Though no passenger required a sick bag, one aspect came up too quickly-the sight of the approaching Peten jungles. The earth appeared to be coming to us, not our going to it. I saw no clearing. Where was this La Libertad? I pressed my hand to the shoulder of the young boy-but to him it all seemed a thrill. Fear came upon even the courageous when suddenly there was no sound outside, not even the wind. Both engines were extinguished. We were floating down.
Almost as I got seated and called out, "We'll make it, okay," there was the thump of wheels to earth; a landing for any pilot to be proud of and for the DC-3 to prove its worth. The plane lightly bounced over a grassy field, rolled to the end of the area and braked to a halt, abruptly but safely.
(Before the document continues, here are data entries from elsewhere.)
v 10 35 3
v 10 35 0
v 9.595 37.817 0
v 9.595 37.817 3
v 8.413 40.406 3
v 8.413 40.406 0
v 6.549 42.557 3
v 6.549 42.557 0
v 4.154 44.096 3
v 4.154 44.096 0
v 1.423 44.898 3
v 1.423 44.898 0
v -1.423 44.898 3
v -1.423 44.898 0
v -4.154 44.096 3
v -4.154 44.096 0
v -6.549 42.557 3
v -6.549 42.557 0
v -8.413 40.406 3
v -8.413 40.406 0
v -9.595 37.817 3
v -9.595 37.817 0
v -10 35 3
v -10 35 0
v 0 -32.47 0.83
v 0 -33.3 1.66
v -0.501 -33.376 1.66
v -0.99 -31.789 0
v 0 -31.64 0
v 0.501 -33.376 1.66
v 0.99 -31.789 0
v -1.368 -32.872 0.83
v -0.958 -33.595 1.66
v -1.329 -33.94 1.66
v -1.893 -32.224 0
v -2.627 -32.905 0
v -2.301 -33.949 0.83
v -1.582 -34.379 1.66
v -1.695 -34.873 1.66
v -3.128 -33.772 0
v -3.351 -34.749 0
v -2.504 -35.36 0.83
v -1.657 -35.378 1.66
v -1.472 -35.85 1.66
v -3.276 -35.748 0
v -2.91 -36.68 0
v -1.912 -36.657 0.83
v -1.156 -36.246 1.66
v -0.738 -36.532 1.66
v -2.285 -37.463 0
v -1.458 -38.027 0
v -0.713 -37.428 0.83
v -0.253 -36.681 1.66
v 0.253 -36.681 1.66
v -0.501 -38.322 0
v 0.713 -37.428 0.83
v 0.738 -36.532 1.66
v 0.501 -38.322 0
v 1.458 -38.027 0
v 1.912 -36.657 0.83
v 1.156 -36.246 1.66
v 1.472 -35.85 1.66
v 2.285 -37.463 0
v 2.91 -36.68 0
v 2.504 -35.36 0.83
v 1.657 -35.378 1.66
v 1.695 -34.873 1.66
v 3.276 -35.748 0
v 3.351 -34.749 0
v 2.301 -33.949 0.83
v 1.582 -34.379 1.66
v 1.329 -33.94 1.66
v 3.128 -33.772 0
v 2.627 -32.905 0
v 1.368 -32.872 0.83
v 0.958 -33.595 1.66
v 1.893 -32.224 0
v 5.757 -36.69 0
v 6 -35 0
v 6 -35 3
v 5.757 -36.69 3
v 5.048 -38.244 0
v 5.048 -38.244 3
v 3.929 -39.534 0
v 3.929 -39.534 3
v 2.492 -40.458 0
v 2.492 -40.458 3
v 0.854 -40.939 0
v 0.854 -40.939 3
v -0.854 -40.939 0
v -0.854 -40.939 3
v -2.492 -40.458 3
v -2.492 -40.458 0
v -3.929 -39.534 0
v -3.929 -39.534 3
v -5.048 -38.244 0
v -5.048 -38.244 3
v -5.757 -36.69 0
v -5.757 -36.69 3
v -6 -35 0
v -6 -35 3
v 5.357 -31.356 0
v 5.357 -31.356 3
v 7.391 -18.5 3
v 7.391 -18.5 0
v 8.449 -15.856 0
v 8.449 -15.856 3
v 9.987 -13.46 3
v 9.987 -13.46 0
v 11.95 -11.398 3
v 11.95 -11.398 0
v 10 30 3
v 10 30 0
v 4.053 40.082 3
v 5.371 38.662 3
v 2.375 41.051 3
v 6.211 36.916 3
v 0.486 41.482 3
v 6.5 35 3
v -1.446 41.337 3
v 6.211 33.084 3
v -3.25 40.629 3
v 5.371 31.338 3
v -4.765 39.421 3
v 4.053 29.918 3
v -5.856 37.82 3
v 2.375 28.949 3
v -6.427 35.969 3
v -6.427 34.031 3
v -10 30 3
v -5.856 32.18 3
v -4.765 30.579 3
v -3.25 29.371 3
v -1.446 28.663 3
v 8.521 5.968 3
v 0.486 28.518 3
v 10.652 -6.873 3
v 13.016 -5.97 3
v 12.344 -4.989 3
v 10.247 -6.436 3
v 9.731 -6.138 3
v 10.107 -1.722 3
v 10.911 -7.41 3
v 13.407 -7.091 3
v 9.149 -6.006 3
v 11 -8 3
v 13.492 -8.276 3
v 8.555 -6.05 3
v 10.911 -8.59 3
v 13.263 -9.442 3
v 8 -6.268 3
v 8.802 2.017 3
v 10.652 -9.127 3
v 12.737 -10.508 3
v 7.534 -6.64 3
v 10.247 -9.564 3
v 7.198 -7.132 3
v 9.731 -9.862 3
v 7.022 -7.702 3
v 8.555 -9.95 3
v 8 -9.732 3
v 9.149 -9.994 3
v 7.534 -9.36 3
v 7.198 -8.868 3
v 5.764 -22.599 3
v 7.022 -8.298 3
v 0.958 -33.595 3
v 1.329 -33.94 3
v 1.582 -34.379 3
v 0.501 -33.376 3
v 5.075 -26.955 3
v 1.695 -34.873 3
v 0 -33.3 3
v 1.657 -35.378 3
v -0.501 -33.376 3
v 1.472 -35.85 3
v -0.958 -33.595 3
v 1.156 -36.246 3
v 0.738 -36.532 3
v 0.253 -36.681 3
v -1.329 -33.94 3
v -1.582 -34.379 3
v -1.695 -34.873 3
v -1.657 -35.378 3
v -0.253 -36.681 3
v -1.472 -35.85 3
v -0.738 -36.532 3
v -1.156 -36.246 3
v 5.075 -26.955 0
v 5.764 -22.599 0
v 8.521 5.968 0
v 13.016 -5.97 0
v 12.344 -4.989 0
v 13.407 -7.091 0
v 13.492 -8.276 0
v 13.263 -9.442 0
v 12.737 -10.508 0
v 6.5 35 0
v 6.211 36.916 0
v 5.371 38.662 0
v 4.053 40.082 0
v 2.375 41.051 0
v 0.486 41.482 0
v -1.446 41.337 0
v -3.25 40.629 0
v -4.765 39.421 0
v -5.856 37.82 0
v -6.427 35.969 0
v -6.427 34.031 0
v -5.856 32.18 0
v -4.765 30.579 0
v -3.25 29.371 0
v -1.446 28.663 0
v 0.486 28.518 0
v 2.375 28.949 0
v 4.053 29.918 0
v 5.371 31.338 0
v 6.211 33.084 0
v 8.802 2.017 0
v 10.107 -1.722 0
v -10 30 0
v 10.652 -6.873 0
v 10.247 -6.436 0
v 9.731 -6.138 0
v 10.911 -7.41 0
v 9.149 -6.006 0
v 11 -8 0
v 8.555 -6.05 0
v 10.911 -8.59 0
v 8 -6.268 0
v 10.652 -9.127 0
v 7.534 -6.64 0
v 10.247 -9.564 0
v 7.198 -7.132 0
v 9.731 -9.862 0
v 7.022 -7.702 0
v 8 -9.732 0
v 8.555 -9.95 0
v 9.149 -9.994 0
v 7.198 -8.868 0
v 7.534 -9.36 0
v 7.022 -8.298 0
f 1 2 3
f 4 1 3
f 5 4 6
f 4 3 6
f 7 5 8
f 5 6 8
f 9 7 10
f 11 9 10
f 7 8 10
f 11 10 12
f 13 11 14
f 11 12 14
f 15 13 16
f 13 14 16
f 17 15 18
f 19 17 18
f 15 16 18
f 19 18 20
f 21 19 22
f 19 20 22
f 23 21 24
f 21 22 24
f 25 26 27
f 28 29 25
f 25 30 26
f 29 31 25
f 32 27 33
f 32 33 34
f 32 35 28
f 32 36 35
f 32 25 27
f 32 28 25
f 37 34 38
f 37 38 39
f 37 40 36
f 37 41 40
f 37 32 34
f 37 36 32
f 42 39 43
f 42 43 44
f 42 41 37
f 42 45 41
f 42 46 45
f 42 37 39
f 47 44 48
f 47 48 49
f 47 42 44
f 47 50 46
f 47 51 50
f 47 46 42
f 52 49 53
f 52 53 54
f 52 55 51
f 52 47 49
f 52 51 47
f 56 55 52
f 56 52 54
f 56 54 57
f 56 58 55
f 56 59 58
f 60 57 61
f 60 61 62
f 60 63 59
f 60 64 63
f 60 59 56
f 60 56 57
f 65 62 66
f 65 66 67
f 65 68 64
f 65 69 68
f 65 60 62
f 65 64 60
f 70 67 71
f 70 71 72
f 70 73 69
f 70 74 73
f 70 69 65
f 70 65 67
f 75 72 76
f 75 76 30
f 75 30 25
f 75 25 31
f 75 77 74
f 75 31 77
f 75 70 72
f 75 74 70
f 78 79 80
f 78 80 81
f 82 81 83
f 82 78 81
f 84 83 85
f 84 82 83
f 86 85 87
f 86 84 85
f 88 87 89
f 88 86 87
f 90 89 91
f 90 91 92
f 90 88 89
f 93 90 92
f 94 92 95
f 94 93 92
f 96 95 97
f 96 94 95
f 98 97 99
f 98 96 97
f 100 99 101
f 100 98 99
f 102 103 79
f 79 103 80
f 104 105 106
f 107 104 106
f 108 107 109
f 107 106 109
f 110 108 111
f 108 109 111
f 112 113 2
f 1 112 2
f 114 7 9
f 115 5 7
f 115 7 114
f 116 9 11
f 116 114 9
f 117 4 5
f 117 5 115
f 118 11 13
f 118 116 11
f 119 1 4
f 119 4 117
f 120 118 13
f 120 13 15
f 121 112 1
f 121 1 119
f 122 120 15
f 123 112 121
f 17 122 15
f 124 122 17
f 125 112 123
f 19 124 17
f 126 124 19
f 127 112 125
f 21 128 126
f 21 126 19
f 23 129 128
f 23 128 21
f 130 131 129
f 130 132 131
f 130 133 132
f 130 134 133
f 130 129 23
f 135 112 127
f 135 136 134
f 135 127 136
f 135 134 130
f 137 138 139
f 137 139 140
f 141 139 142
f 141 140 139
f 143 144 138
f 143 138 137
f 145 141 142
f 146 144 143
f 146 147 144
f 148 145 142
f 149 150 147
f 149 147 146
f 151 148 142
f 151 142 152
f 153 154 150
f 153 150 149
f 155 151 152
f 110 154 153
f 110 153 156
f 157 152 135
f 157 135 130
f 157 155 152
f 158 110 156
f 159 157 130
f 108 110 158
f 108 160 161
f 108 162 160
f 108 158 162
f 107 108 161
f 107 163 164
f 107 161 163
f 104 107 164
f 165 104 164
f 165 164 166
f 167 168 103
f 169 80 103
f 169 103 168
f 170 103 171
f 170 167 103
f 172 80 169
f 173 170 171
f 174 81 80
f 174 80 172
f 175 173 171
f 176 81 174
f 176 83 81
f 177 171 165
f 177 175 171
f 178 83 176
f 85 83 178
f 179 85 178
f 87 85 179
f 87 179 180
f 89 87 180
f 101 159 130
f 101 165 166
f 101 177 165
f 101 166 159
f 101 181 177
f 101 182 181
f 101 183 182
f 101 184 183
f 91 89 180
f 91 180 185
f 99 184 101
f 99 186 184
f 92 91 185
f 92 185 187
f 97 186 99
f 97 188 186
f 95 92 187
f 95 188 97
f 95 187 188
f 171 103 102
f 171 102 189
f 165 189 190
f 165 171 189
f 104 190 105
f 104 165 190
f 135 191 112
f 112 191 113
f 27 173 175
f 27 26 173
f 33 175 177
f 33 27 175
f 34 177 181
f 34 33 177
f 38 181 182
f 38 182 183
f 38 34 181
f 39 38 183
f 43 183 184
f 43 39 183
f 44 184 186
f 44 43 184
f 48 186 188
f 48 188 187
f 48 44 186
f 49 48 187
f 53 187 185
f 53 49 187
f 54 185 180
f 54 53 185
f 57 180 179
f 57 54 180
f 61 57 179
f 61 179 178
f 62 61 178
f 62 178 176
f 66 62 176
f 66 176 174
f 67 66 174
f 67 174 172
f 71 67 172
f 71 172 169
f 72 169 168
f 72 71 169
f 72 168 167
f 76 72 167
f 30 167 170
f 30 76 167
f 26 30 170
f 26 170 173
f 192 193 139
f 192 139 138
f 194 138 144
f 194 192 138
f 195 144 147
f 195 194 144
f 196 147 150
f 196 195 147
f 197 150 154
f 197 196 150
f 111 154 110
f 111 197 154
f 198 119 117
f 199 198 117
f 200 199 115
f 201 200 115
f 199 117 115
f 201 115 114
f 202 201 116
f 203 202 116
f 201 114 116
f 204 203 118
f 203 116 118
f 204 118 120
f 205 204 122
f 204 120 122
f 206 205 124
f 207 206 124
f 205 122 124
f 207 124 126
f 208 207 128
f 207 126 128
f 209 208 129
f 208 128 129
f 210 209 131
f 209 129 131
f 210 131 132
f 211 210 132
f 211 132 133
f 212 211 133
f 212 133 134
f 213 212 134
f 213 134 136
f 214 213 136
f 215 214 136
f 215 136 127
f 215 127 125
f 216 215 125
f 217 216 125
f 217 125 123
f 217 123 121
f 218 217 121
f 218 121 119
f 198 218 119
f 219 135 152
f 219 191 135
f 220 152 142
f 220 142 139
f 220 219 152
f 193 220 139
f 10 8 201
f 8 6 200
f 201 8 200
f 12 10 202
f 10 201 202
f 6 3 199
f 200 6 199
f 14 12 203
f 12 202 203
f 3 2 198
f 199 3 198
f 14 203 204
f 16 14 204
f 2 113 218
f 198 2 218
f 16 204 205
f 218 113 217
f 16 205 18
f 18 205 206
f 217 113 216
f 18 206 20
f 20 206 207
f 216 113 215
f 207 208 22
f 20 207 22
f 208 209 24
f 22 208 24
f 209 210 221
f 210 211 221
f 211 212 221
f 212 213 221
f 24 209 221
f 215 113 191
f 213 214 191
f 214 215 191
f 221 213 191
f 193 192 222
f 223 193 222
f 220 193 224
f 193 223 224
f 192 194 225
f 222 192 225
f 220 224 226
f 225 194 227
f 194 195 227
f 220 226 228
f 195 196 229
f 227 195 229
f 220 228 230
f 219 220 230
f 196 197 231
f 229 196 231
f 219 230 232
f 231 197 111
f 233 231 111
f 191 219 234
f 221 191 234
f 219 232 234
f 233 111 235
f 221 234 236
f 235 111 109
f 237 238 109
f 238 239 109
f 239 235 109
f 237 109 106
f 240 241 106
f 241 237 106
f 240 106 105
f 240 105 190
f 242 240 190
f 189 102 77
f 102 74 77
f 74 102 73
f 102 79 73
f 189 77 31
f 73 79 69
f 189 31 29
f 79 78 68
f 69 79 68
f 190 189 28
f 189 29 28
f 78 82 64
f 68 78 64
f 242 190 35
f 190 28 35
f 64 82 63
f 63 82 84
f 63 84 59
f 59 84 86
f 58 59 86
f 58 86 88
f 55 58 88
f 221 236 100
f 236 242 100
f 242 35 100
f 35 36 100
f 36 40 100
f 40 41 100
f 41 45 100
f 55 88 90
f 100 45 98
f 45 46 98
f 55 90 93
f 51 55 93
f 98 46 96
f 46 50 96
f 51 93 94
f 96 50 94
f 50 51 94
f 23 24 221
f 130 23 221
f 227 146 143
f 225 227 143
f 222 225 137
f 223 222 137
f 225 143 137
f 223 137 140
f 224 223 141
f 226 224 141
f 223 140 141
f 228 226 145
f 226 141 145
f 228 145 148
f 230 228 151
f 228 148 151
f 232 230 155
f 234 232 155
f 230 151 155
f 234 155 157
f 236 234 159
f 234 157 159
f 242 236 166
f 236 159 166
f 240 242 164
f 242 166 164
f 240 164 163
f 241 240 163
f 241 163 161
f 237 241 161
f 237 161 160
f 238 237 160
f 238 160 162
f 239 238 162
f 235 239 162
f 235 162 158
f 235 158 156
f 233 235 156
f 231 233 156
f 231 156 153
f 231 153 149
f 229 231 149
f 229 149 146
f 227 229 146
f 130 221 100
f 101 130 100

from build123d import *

# Parameters (mm, degrees)
EXTRUDE_1_DEPTH     = 3
SKETCH_2_R          = 6.5
CUT_EXTRUDE_1_DEPTH = 47.19523785
CUT_EXTRUDE_3_DEPTH = 3.5
SKETCH_4_3_R        = 6
EXTRUDE_3_DEPTH     = 3
SKETCH_5_R          = 1.5
CUT_EXTRUDE_4_DEPTH = 47.19523785
SKETCH_6_R          = 4.5
EXTRUDE_4_DEPTH     = 3
FILLET_1_R          = 15
SKETCH_8_R          = 2
CUT_EXTRUDE_5_DEPTH = 48.077064479
CUT_EXTRUDE_9_DEPTH = 48.077064479
FILLET_3_R          = 20


with BuildPart() as part:
    # 草图1 → 凸台-拉伸1 (new body)
    with BuildSketch(Plane.XY):
        with BuildLine():
            ThreePointArc((10, 35), (0, 45), (-10, 35))
            Line((-10, 35), (10, 35))
        make_face()
        with BuildLine():
            Line((10, 35), (-10, 35))
            ThreePointArc((-10, 35), (0, 25), (10, 35))
        make_face()
        with BuildLine():
            ThreePointArc((10, 35), (0, 25), (-10, 35))
            Line((-10, 35), (-10, -35))
            Line((-10, -35), (10, -35))
            Line((10, -35), (10, 35))
        make_face()
    extrude(amount=EXTRUDE_1_DEPTH)

    # 草图2 → 切除-拉伸1 (cut, through all)
    with BuildSketch(Plane.XY.offset(3)):
        with Locations((0, 35)):
            Circle(SKETCH_2_R)
    extrude(amount=-CUT_EXTRUDE_1_DEPTH, mode=Mode.SUBTRACT)

    # 草图4 → 切除-拉伸3 (cut)
    with BuildSketch(Plane(origin=(0, 0, 0), x_dir=(-1, 0, 0), z_dir=(0, 0, -1))):
        Polygon((10, 30), (6, -35), (10, -35), align=None)
        Polygon((-10, -35), (-6, -35), (-10, 30), align=None)
    extrude(amount=-CUT_EXTRUDE_3_DEPTH, mode=Mode.SUBTRACT)

    # 草图4<3> → 凸台-拉伸3 (add)
    with BuildSketch(Plane(origin=(0, 0, 0), x_dir=(-1, 0, 0), z_dir=(0, 0, -1))):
As pilots will say-any landing you can walk away from is a good landing.





In fifty-one they tried to ground the noble DC-3 

And some lawyers brought the case before the C.A.B. 
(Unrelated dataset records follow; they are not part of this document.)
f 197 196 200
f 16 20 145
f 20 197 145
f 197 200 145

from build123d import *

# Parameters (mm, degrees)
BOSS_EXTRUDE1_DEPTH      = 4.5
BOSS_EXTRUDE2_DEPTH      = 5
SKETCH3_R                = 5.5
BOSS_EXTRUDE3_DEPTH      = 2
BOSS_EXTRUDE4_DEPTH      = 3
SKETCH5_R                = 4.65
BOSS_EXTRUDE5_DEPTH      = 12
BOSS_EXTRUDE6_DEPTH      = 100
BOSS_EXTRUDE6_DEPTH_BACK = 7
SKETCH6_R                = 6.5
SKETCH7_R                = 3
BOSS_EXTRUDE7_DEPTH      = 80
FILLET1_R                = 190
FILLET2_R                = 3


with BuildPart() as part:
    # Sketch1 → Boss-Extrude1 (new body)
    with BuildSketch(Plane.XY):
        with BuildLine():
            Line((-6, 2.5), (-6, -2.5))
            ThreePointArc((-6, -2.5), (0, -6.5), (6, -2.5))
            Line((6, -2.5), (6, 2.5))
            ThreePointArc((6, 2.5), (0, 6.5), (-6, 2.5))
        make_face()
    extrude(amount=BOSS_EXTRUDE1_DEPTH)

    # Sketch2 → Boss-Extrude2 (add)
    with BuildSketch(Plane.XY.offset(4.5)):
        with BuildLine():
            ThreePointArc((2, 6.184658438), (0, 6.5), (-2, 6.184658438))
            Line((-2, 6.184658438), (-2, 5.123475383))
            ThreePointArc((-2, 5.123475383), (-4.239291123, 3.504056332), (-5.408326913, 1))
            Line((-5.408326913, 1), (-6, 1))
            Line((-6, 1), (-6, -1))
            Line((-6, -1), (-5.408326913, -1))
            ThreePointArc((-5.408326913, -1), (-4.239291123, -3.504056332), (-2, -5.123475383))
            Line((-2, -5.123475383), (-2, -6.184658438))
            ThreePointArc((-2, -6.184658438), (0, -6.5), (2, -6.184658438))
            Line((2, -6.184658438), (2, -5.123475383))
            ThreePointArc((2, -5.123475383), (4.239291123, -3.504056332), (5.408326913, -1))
The board examined all the facts behind their great oak portal 
And pronounced these simple words “The Gooney Bird’s Immortal. The Army toast their Sky Train in lousy scotch and soda 
The Tommies raise their glasses high to cheer their old Dakota. 
Some claim the C-47’s best, or the gallant R4D 
Forget that claim, their all the same, they’re the noble DC-3. Douglas built the ship to last, but nobody expected 
This crazy heap would fly and fly, no matter how they wrecked it. 
While nations fall and men retire, and jets go obsolete 
The Gooney Bird flies on and on at eleven thousand feet. No matter what they do to her the Gooney Bird still flies 
One crippled plane was fitted out with one wing half the size. 
She hunched her shoulders then took off (I know this makes you laugh) 
Only wing askew, and yet she flew, the DC-3 and a half. She had her faults, but after all, who’s perfect in every sphere 
Her heating system was a gem we loved her for the gear. 
Of course the windows leaked a bit when the rain came pouring down 
She’d keep you warm, but in a storm, it’s possible you’d drown. Well now she flies the feeder lines and carries all the freight 
She just an airborne office, a flying twelve ton crate. 
They patched her up with masking tape, with paper clips and strings 
And still she flies, she never dies, Methuselah with wings.